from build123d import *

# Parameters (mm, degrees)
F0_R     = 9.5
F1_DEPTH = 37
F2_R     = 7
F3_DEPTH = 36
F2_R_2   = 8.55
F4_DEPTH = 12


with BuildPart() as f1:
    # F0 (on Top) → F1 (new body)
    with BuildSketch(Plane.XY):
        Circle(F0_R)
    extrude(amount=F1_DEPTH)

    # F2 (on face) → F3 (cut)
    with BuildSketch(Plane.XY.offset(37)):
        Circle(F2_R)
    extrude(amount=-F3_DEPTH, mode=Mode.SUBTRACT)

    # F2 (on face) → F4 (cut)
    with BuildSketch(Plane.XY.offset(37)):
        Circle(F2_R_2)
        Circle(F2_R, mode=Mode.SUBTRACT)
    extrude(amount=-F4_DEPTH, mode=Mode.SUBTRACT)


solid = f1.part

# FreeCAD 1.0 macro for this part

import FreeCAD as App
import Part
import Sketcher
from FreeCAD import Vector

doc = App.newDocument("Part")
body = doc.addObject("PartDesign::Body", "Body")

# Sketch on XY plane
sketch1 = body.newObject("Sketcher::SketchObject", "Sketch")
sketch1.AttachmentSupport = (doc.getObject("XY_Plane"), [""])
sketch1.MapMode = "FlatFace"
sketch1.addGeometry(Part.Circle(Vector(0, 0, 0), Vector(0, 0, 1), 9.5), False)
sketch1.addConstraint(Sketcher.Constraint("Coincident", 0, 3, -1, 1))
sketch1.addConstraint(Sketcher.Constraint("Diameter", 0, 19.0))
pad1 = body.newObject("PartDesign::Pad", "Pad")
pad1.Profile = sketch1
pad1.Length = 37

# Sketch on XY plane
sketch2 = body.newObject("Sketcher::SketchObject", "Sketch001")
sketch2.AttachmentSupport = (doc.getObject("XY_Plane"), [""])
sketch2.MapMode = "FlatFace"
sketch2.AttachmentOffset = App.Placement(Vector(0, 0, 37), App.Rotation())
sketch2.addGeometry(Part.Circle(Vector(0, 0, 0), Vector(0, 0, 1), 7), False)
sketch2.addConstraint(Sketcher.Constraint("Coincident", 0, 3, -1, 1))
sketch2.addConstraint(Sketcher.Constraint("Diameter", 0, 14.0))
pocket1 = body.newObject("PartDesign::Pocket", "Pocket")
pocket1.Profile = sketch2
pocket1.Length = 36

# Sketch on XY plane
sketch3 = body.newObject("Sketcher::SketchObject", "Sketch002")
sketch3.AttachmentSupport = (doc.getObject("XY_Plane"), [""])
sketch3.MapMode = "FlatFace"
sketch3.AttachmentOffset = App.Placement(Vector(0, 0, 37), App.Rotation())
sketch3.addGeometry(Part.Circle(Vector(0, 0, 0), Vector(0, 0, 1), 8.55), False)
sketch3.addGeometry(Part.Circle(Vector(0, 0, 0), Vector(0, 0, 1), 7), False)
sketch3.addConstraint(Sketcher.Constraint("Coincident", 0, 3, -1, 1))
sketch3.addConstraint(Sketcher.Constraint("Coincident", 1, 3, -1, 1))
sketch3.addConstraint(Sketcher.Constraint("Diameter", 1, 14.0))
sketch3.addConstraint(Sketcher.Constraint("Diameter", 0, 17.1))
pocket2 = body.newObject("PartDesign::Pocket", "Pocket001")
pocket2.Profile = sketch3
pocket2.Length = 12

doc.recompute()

+++++

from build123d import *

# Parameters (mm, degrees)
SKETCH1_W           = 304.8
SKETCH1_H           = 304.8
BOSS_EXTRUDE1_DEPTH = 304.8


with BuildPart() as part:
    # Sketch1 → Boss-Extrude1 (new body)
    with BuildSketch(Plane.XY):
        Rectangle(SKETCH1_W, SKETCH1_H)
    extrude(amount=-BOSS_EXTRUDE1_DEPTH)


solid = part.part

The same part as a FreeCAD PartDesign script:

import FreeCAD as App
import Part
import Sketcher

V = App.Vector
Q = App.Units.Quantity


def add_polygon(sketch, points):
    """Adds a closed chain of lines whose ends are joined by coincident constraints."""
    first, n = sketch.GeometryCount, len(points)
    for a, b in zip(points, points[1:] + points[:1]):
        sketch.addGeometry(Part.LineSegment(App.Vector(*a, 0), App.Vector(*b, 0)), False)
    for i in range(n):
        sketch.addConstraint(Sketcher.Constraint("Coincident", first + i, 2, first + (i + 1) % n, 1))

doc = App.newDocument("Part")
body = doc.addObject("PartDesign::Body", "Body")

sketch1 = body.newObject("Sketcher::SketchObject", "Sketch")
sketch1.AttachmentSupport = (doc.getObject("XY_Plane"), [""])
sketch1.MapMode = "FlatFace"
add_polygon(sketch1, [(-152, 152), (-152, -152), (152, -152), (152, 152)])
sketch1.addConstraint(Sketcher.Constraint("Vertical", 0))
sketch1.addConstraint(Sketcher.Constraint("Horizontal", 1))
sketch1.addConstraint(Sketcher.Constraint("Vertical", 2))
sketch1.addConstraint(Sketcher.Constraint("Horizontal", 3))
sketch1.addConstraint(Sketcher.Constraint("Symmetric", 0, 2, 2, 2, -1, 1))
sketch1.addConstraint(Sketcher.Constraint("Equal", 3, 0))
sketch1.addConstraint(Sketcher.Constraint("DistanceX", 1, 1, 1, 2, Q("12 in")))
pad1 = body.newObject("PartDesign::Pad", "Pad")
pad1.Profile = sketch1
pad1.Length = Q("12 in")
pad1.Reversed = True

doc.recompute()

+++++

_What you will do_. Copy every line in the data above that has the string "amount" in it.

_Exercise output_.
    extrude(amount=F1_DEPTH)
    extrude(amount=-F3_DEPTH, mode=Mode.SUBTRACT)
    extrude(amount=-F4_DEPTH, mode=Mode.SUBTRACT)
    extrude(amount=-BOSS_EXTRUDE1_DEPTH)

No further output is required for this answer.